About this task: Report every line below that holds the word "translate".

::: The data :::

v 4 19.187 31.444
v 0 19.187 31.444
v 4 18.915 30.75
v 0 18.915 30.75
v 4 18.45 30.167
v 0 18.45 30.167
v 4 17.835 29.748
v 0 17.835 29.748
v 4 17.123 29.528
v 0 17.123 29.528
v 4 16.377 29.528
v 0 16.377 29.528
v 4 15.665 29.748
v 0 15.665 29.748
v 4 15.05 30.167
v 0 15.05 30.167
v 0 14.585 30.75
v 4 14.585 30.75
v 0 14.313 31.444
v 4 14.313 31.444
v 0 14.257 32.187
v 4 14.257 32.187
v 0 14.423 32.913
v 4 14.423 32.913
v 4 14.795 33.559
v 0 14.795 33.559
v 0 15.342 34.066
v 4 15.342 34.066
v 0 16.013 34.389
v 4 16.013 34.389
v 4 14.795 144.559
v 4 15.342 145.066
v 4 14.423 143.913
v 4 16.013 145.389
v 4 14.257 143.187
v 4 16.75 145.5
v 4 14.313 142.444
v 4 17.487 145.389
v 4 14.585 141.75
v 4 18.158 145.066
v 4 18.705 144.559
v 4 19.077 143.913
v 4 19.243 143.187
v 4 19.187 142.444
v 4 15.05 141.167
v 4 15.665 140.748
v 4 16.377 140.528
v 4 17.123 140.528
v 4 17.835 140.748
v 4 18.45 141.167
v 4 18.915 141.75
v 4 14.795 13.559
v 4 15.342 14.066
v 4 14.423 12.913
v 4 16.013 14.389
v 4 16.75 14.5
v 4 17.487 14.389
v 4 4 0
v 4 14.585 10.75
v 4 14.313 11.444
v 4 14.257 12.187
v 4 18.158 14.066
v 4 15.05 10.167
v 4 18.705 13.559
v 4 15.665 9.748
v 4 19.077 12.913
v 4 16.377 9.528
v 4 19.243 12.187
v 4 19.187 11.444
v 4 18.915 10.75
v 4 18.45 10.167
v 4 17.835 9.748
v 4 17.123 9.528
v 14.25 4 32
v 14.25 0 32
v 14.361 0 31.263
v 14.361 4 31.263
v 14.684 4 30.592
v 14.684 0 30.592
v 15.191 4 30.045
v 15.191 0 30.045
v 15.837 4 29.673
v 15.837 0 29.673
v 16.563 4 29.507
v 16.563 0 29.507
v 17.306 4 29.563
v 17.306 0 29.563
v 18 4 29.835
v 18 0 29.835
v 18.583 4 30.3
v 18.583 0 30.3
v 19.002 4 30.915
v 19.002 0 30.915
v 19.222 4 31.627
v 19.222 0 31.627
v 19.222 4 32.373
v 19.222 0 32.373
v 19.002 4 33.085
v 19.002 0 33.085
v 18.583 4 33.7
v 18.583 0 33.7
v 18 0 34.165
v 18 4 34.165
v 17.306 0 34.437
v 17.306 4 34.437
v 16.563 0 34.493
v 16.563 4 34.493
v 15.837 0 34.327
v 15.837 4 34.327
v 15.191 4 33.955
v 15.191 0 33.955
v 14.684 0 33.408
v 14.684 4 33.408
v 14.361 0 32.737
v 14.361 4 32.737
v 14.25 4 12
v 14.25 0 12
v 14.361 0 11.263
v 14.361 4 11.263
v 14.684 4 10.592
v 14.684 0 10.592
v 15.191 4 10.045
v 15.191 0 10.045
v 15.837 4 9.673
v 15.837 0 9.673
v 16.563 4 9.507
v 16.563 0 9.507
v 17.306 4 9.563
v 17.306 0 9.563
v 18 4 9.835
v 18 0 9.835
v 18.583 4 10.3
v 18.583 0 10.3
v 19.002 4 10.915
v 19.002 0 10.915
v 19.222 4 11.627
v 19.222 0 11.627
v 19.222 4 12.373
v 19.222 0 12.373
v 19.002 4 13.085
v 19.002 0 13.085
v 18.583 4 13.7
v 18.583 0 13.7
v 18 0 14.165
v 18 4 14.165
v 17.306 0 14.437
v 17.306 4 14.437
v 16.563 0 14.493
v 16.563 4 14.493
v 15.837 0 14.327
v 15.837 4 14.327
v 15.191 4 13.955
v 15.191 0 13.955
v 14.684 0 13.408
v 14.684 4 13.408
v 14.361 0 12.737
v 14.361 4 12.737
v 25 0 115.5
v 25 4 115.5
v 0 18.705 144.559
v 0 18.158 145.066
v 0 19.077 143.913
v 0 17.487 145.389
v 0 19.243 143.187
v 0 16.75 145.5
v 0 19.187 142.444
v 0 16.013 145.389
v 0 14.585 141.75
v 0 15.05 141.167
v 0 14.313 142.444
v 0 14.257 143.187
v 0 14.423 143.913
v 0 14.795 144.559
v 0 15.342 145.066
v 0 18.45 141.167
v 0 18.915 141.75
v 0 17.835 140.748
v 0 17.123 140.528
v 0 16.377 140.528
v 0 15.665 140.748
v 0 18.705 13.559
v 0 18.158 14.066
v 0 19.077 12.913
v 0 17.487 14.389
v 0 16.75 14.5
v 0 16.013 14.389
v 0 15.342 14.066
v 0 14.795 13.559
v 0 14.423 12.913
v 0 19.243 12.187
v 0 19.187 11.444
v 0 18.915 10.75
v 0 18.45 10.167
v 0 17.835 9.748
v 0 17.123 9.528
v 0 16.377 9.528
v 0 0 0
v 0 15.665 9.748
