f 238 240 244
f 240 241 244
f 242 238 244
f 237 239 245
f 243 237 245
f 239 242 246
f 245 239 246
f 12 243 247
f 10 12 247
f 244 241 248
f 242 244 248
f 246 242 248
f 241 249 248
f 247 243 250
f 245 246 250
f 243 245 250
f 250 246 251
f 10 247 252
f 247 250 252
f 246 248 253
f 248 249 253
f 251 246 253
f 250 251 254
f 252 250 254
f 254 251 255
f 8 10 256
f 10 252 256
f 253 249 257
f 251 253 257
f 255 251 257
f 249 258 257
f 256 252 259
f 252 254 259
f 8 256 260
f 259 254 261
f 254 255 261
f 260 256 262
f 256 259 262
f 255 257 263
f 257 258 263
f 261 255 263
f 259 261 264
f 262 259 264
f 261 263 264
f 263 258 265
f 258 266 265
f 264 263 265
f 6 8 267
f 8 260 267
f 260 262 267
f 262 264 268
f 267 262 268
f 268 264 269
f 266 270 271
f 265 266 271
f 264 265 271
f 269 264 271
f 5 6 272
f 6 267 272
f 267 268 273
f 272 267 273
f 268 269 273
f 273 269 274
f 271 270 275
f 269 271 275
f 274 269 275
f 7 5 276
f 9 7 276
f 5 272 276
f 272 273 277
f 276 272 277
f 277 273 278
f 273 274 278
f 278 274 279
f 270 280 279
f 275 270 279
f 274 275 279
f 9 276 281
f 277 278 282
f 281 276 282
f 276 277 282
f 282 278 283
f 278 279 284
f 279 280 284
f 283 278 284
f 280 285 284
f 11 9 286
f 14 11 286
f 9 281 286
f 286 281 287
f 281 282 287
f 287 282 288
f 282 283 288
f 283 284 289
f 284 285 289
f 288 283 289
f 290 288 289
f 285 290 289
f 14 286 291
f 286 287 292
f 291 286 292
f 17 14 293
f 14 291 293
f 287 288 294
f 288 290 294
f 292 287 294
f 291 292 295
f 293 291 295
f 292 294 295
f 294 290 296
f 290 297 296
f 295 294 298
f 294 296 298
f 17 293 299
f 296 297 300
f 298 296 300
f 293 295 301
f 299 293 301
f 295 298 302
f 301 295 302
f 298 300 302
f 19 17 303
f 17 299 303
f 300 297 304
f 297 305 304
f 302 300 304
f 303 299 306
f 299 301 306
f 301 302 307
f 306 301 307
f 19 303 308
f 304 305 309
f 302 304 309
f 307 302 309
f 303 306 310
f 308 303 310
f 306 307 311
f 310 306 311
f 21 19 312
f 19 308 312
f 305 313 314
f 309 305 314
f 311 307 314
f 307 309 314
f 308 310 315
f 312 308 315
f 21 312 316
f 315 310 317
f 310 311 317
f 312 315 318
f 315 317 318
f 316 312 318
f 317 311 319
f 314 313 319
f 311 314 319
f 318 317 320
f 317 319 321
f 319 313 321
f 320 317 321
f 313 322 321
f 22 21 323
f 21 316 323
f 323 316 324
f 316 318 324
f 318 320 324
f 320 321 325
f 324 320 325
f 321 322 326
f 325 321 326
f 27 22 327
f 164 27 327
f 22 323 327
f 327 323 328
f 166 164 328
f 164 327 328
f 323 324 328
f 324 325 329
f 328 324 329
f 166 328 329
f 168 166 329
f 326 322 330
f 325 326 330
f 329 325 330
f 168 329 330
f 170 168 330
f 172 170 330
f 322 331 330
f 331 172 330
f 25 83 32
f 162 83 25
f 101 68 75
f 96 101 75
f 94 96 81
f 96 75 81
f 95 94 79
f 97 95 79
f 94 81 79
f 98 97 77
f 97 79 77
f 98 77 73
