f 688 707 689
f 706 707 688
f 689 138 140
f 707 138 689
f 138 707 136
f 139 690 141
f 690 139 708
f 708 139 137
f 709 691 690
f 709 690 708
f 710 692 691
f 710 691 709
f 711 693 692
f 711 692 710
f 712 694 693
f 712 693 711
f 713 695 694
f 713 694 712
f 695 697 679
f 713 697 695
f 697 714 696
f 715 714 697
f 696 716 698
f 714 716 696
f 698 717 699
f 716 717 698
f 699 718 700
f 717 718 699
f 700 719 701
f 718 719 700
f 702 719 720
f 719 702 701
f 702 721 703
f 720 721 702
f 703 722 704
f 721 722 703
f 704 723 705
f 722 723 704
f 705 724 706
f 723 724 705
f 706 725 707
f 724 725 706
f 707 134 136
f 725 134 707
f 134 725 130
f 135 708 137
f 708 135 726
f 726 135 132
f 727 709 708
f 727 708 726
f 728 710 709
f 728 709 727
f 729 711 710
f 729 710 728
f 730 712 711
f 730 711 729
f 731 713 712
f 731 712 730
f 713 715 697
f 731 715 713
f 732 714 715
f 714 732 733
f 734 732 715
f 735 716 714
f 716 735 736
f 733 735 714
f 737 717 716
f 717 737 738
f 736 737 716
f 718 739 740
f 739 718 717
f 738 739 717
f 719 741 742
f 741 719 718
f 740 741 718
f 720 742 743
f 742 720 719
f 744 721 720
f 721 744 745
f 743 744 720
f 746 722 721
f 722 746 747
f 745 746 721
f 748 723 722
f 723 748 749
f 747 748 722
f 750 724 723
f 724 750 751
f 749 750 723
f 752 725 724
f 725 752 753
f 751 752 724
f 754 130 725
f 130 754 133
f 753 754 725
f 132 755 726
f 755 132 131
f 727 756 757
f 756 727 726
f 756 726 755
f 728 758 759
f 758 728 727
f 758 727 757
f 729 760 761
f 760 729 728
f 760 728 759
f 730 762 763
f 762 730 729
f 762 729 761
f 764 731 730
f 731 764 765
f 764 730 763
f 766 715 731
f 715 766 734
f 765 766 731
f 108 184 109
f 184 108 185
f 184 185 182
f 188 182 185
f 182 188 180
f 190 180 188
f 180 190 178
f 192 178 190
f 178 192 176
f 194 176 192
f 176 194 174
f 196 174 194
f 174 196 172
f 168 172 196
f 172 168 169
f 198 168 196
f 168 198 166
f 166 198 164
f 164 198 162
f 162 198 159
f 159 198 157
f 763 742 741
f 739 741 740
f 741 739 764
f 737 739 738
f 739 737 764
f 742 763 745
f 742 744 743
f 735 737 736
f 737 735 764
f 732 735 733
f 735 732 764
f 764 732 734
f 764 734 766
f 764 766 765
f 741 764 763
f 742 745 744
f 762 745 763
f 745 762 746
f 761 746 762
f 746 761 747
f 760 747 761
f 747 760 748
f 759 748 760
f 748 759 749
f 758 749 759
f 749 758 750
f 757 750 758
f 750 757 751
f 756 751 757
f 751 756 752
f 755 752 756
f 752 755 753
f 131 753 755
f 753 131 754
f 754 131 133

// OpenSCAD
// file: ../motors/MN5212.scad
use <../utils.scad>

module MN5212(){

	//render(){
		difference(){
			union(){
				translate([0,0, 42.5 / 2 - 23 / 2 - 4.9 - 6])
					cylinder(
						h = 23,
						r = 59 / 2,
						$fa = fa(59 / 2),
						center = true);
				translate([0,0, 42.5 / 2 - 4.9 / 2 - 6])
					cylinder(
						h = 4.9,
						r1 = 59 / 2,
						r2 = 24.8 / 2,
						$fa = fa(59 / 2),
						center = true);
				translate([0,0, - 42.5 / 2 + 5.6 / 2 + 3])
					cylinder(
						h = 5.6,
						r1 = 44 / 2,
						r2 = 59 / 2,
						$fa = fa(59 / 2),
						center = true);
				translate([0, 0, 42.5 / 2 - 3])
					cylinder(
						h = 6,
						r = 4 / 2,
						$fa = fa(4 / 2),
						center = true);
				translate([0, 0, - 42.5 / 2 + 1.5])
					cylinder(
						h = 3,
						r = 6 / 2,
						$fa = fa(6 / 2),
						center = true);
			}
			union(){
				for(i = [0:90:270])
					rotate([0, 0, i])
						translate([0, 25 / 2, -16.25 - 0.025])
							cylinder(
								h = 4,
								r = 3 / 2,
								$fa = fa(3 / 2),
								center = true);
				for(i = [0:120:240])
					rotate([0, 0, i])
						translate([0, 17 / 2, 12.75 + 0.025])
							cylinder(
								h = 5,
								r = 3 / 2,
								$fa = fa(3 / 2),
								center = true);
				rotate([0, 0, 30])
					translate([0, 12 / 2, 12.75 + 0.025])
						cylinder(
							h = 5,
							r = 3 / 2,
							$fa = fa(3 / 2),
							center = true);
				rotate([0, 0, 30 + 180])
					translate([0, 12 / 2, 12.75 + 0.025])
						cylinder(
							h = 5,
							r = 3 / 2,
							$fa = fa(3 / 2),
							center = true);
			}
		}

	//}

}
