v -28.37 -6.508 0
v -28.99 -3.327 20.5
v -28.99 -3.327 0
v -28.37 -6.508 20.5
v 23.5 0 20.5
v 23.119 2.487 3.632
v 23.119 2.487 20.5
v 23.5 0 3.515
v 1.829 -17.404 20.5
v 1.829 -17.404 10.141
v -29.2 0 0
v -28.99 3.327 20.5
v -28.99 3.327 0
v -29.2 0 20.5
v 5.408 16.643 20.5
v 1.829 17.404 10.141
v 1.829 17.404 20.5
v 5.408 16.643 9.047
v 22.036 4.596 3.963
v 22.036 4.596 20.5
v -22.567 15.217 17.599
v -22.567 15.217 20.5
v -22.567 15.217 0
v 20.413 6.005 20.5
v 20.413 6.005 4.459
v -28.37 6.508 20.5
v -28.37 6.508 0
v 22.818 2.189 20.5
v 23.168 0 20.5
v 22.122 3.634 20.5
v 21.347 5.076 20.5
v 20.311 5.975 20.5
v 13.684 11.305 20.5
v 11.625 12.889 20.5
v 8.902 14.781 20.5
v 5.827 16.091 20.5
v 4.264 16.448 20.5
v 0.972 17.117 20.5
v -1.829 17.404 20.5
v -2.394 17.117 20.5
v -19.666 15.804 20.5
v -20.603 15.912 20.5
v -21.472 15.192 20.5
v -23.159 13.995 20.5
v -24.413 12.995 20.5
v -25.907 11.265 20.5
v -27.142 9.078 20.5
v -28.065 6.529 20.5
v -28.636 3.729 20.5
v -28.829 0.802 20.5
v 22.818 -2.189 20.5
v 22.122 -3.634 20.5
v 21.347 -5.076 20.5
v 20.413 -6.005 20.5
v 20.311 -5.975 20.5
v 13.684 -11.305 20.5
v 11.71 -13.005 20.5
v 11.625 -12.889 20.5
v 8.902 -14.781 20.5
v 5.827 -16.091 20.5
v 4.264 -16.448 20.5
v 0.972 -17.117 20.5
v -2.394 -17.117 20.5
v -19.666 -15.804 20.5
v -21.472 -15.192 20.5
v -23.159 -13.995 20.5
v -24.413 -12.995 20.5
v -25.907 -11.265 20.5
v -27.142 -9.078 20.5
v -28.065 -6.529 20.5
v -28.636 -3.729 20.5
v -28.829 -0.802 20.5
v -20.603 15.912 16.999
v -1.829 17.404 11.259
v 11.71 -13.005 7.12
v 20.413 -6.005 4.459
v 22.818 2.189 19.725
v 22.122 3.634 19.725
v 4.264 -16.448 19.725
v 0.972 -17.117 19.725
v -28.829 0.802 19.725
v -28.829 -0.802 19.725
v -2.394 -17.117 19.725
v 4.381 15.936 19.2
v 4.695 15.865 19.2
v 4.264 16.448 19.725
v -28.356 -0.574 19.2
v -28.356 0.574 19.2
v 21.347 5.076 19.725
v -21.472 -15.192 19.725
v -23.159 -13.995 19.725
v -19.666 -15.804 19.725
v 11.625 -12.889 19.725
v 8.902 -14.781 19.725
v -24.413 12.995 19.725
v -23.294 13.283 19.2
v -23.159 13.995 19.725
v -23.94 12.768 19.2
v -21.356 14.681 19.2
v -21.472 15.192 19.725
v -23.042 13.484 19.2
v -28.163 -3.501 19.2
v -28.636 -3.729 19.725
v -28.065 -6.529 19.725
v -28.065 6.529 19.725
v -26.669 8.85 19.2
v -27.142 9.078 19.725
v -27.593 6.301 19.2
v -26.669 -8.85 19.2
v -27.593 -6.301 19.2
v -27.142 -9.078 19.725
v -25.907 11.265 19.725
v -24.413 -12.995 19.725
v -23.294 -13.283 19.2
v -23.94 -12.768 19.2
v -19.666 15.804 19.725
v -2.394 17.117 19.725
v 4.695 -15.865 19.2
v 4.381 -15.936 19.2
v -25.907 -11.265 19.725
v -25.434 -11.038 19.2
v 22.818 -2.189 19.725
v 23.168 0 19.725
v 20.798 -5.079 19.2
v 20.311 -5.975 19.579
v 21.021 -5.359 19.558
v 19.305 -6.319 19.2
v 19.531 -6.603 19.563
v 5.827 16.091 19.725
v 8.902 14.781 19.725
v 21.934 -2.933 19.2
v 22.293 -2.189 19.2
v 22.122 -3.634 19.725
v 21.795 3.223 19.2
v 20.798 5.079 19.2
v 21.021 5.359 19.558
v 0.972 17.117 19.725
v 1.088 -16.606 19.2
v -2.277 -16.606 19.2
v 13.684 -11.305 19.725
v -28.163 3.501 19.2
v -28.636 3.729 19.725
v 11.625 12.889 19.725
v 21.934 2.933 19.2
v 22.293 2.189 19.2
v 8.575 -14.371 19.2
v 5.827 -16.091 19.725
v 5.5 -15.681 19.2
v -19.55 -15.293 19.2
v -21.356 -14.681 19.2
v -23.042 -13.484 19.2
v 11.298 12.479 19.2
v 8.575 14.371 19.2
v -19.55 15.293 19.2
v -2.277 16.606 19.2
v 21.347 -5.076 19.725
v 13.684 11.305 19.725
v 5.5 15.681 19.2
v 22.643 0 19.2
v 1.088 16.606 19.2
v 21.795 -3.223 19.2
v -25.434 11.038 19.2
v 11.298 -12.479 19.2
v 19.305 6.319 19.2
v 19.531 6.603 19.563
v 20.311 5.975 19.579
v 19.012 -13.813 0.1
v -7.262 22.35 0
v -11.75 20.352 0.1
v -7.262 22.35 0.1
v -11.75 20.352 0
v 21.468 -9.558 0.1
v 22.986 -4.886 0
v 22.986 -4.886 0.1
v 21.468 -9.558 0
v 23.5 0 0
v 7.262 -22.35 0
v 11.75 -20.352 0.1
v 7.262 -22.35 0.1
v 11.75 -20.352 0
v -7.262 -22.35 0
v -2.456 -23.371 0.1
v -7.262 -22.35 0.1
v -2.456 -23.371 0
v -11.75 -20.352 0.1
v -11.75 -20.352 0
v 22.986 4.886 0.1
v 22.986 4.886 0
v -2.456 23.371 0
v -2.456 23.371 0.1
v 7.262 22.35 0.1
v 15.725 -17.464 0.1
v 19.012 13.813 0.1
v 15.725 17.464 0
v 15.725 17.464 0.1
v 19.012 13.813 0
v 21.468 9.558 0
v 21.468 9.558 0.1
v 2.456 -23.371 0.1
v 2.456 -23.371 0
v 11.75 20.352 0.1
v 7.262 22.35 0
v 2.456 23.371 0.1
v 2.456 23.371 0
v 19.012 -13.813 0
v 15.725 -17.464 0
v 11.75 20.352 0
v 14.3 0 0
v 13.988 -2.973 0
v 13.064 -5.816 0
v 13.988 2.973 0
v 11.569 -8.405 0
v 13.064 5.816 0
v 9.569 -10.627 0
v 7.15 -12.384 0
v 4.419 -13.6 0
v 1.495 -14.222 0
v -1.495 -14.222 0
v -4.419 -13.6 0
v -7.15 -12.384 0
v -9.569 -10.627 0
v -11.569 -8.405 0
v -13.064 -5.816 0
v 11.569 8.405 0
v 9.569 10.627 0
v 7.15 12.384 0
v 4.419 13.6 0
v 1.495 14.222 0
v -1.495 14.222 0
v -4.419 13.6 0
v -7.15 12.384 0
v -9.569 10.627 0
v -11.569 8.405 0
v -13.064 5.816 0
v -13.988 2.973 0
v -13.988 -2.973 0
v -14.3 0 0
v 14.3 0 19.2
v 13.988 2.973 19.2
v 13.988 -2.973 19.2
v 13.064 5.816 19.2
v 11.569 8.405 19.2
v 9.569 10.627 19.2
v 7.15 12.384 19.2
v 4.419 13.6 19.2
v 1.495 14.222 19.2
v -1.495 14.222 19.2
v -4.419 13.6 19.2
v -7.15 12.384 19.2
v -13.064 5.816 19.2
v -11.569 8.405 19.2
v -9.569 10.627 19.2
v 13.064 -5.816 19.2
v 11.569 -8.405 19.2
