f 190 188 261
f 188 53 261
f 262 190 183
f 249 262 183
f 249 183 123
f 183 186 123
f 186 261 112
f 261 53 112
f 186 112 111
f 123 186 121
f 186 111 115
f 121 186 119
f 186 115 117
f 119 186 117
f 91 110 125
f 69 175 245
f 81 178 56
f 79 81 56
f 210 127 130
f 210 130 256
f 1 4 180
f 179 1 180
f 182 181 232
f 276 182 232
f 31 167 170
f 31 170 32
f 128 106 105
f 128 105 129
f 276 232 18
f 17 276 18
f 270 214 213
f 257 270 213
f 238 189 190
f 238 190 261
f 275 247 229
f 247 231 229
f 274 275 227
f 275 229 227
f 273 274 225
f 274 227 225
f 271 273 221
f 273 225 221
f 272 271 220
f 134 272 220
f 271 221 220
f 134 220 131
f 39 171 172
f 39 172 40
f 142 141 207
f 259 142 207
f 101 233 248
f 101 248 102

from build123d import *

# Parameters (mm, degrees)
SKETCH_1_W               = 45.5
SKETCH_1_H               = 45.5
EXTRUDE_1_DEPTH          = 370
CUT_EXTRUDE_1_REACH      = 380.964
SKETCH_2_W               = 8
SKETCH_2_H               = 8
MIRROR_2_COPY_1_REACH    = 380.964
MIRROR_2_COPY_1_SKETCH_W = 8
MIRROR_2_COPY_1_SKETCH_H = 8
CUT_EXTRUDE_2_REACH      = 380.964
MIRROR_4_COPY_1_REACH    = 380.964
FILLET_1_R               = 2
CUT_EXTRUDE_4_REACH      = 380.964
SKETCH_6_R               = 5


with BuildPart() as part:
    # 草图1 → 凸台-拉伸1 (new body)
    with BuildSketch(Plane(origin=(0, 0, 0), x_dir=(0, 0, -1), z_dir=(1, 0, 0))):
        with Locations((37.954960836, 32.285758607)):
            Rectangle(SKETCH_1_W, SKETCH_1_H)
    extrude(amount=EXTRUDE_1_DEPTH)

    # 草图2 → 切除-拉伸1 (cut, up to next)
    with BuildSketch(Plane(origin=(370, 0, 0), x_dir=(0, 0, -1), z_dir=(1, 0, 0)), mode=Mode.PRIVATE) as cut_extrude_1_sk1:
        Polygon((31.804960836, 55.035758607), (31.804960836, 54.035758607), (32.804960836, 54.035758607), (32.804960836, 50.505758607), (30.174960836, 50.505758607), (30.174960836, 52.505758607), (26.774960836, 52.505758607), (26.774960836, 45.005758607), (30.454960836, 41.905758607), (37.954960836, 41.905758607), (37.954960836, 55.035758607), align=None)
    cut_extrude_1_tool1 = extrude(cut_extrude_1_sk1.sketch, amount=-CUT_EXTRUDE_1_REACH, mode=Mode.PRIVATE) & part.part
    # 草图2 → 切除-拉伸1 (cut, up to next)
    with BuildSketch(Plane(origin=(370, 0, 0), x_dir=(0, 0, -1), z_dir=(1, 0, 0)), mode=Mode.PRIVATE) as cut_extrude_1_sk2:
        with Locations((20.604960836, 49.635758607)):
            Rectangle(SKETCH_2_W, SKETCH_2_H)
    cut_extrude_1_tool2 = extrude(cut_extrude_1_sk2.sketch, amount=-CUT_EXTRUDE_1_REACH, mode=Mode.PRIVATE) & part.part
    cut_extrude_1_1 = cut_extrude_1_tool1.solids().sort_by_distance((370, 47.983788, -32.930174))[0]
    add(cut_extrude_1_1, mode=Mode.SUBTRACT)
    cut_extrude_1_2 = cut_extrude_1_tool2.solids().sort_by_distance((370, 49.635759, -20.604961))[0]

:::

Response to this exercise:
				translate([0,0, 42.5 / 2 - 23 / 2 - 4.9 - 6])
				translate([0,0, 42.5 / 2 - 4.9 / 2 - 6])
				translate([0,0, - 42.5 / 2 + 5.6 / 2 + 3])
				translate([0, 0, 42.5 / 2 - 3])
				translate([0, 0, - 42.5 / 2 + 1.5])
						translate([0, 25 / 2, -16.25 - 0.025])
						translate([0, 17 / 2, 12.75 + 0.025])
					translate([0, 12 / 2, 12.75 + 0.025])
					translate([0, 12 / 2, 12.75 + 0.025])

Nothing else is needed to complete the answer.